Flink流計算程式設計--Flink中allowedLateness詳細介紹及思考

阿新 • • 發佈：2019-01-27

1、簡介

Flink中藉助watermark以及window和trigger來處理基於event time的亂序問題，那麼如何處理“late element”呢？

也許有人會問，out-of-order element與late element有什麼區別？不都是一回事麼？

答案是一回事，都是為了處理亂序問題而產生的概念。要說區別，可以總結如下：

1、通過watermark機制來處理out-of-order的問題，屬於第一層防護，屬於全域性性的防護，通常說的亂序問題的解決辦法，就是指這類；
2、通過視窗上的allowedLateness機制來處理out-of-order的問題，屬於第二層防護，屬於特定window operator 
的防護，late element的問題就是指這類。

下面我們重點介紹allowedLateness。

2、allowedLateness介紹

預設情況下，當watermark通過end-of-window之後，再有之前的資料到達時，這些資料會被刪除。
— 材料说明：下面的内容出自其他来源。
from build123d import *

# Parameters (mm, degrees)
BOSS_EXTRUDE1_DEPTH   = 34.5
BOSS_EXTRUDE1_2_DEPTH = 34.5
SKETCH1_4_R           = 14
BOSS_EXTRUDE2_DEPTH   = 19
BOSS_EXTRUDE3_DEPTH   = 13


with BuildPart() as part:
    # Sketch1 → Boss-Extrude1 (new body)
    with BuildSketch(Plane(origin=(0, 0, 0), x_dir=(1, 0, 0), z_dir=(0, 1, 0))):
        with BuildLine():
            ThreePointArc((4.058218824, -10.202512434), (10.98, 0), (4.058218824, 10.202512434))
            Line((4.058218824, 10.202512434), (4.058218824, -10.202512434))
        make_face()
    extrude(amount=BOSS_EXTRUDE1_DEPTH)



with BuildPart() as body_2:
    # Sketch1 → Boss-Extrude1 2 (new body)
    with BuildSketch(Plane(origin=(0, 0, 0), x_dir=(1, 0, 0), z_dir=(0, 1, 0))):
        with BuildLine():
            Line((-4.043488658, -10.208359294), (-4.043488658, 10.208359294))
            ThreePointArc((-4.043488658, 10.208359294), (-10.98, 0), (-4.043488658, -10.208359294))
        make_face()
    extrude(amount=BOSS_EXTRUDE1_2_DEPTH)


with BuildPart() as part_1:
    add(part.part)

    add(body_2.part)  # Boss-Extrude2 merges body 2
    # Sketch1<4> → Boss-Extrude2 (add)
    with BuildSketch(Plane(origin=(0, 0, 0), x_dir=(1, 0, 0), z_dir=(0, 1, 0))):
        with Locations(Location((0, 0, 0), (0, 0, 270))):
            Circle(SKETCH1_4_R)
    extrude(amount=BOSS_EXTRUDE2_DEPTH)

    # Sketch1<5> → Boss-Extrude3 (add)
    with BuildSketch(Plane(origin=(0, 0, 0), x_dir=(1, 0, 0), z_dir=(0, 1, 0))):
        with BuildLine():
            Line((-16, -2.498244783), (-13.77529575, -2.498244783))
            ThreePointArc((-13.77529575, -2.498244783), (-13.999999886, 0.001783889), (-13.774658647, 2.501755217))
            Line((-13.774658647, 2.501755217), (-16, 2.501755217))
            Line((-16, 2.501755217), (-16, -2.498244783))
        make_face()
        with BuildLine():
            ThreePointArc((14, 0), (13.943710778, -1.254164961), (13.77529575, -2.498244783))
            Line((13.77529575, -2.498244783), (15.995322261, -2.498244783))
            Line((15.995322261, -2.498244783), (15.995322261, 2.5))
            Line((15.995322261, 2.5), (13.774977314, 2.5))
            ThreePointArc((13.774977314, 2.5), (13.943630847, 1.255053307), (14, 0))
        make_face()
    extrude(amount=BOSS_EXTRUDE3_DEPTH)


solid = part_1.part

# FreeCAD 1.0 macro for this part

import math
import FreeCAD as App
import Part
import Sketcher
from FreeCAD import Vector

doc = App.newDocument("Part")
body = doc.addObject("PartDesign::Body", "Body")

# Sketch on XZ plane
sketch1 = body.newObject("Sketcher::SketchObject", "Sketch")
sketch1.AttachmentSupport = (doc.getObject("XZ_Plane"), [""])
sketch1.MapMode = "FlatFace"
sketch1.addGeometry(Part.ArcOfCircle(Part.Circle(Vector(0, 0, 0), Vector(0, 0, 1), 11), math.radians(-68), math.radians(68)), False)
sketch1.addGeometry(Part.LineSegment(Vector(4, -10, 0), Vector(4, 10, 0)), False)
sketch1.addConstraint(Sketcher.Constraint("Coincident", 0, 1, 1, 1))
sketch1.addConstraint(Sketcher.Constraint("Coincident", 1, 2, 0, 2))
sketch1.addConstraint(Sketcher.Constraint("Vertical", 1))
sketch1.addConstraint(Sketcher.Constraint("Coincident", 0, 3, -1, 1))
sketch1.addConstraint(Sketcher.Constraint("Radius", 0, 10.98))
sketch1.addConstraint(Sketcher.Constraint("DistanceY", 1, 1, 1, 2, 20.405025))
pad1 = body.newObject("PartDesign::Pad", "Pad")
pad1.Profile = sketch1
pad1.Length = 34.5
pad1.Reversed = True
body2 = doc.addObject("PartDesign::Body", "Body001")

# Sketch on XZ plane
sketch2 = body2.newObject("Sketcher::SketchObject", "Sketch001")
sketch2.AttachmentSupport = (doc.getObject("XZ_Plane001"), [""])
sketch2.MapMode = "FlatFace"
sketch2.addGeometry(Part.LineSegment(Vector(-4, 10, 0), Vector(-4, -10, 0)), False)
sketch2.addGeometry(Part.ArcOfCircle(Part.Circle(Vector(0, 0, 0), Vector(0, 0, 1), 11), math.radians(112), math.radians(248)), False)
sketch2.addConstraint(Sketcher.Constraint("Coincident", 0, 1, 1, 1))
sketch2.addConstraint(Sketcher.Constraint("Coincident", 1, 2, 0, 2))
sketch2.addConstraint(Sketcher.Constraint("Vertical", 0))
sketch2.addConstraint(Sketcher.Constraint("Coincident", 1, 3, -1, 1))
sketch2.addConstraint(Sketcher.Constraint("Radius", 1, 10.98))
sketch2.addConstraint(Sketcher.Constraint("DistanceY", 0, 2, 0, 1, 20.416719))
pad2 = body2.newObject("PartDesign::Pad", "Pad001")
pad2.Profile = sketch2
pad2.Length = 34.5
pad2.Reversed = True
body.AllowCompound = True
doc.recompute()

boolean = body.newObject("PartDesign::Boolean", "Boolean")
boolean.Type = "Fuse"
boolean.addObjects([body2])

# Sketch on XZ plane
sketch3 = body.newObject("Sketcher::SketchObject", "Sketch002")
sketch3.AttachmentSupport = (doc.getObject("XZ_Plane"), [""])
sketch3.MapMode = "FlatFace"
sketch3.addGeometry(Part.Circle(Vector(0, 0, 0), Vector(0, 0, 1), 14), False)
sketch3.addConstraint(Sketcher.Constraint("Coincident", 0, 3, -1, 1))
sketch3.addConstraint(Sketcher.Constraint("Diameter", 0, 28.0))
pad3 = body.newObject("PartDesign::Pad", "Pad002")
pad3.Profile = sketch3
pad3.Length = 19
pad3.Reversed = True

# Sketch on XZ plane
sketch4 = body.newObject("Sketcher::SketchObject", "Sketch003")
sketch4.AttachmentSupport = (doc.getObject("XZ_Plane"), [""])
sketch4.MapMode = "FlatFace"
sketch4.addGeometry(Part.LineSegment(Vector(-16, 2.5, 0), Vector(-13.8, 2.5, 0)), False)
sketch4.addGeometry(Part.ArcOfCircle(Part.Circle(Vector(0, 0, 0), Vector(0, 0, 1), 14), math.radians(170), math.radians(190)), False)
sketch4.addGeometry(Part.LineSegment(Vector(-13.8, -2.5, 0), Vector(-16, -2.5, 0)), False)
sketch4.addGeometry(Part.LineSegment(Vector(-16, -2.5, 0), Vector(-16, 2.5, 0)), False)
sketch4.addGeometry(Part.ArcOfCircle(Part.Circle(Vector(0, 0, 0), Vector(0, 0, 1), 14), math.radians(0), math.radians(10.28)), False)
sketch4.addGeometry(Part.LineSegment(Vector(13.8, 2.5, 0), Vector(16, 2.5, 0)), False)
sketch4.addGeometry(Part.LineSegment(Vector(16, 2.5, 0), Vector(16, -2.5, 0)), False)
sketch4.addGeometry(Part.LineSegment(Vector(16, -2.5, 0), Vector(13.8, -2.5, 0)), False)
sketch4.addGeometry(Part.ArcOfCircle(Part.Circle(Vector(0, 0, 0), Vector(0, 0, 1), 14), math.radians(-10.29), math.radians(0)), False)
sketch4.addConstraint(Sketcher.Constraint("Coincident", 0, 2, 1, 1))
sketch4.addConstraint(Sketcher.Constraint("Coincident", 1, 2, 2, 1))
sketch4.addConstraint(Sketcher.Constraint("Coincident", 2, 2, 3, 1))
sketch4.addConstraint(Sketcher.Constraint("Coincident", 3, 2, 0, 1))
sketch4.addConstraint(Sketcher.Constraint("Coincident", 4, 2, 5, 1))
sketch4.addConstraint(Sketcher.Constraint("Coincident", 5, 2, 6, 1))
sketch4.addConstraint(Sketcher.Constraint("Coincident", 6, 2, 7, 1))
sketch4.addConstraint(Sketcher.Constraint("Coincident", 7, 2, 8, 1))
sketch4.addConstraint(Sketcher.Constraint("Tangent", 8, 2, 4, 1))
sketch4.addConstraint(Sketcher.Constraint("Horizontal", 0))
sketch4.addConstraint(Sketcher.Constraint("Horizontal", 2))
sketch4.addConstraint(Sketcher.Constraint("Vertical", 3))
sketch4.addConstraint(Sketcher.Constraint("Horizontal", 5))
sketch4.addConstraint(Sketcher.Constraint("Vertical", 6))
sketch4.addConstraint(Sketcher.Constraint("Horizontal", 7))
sketch4.addConstraint(Sketcher.Constraint("Coincident", 1, 3, -1, 1))
sketch4.addConstraint(Sketcher.Constraint("Coincident", 4, 3, -1, 1))
sketch4.addConstraint(Sketcher.Constraint("Equal", 1, 4))
sketch4.addConstraint(Sketcher.Constraint("Equal", 4, 8))
sketch4.addConstraint(Sketcher.Constraint("PointOnObject", 8, 2, -1))
sketch4.addConstraint(Sketcher.Constraint("Horizontal", 3, 2, 4, 2))
sketch4.addConstraint(Sketcher.Constraint("Radius", 1, 14.0))
sketch4.addConstraint(Sketcher.Constraint("DistanceY", 3, 1, 3, 2, 5.0))
sketch4.addConstraint(Sketcher.Constraint("DistanceX", 2, 2, -1, 1, 16.0))
sketch4.addConstraint(Sketcher.Constraint("DistanceY", 6, 2, -1, 1, 2.5))
sketch4.addConstraint(Sketcher.Constraint("DistanceX", 2, 2, 2, 1, 2.225341))
sketch4.addConstraint(Sketcher.Constraint("DistanceX", 5, 1, 5, 2, 2.220027))
pad4 = body.newObject("PartDesign::Pad", "Pad003")
pad4.Profile = sketch4
pad4.Length = 13
pad4.Reversed = True

doc.recompute()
為了避免有些遲到的資料被刪除，因此產生了allowedLateness的概念。

簡單來講，allowedLateness就是針對event time而言，對於watermark超過end-of-window之後，還允許有一段時間（也是以event time來衡量）來等待之前的資料到達，以便再次處理這些資料。

下圖是其API：

這裡寫圖片描述

預設情況下，如果不指定allowedLateness，其值是0，即對於watermark超過end-of-window之後，還有此window的資料到達時，這些資料被刪除掉了。

注意：對於trigger是預設的EventTimeTrigger的情況下，allowedLateness會再次觸發視窗的計算，而之前觸發的資料，會buffer起來，直到watermark超過end-of-window + allowedLateness（）的時間，視窗的資料及元資料資訊才會被刪除。再次計算就是DataFlow模型中的Accumulating的情況。

同時，對於sessionWindow的情況，當late element在allowedLateness範圍之內到達時，可能會引起視窗的merge，這樣，之前視窗的資料會在新視窗中累加計算，這就是DataFlow模型中的AccumulatingAndRetracting的情況。

3、allowedLateness的例子

3.1、TumblingEventTime視窗

這裡watermark允許3秒的亂序，allowedLateness允許資料遲到5秒。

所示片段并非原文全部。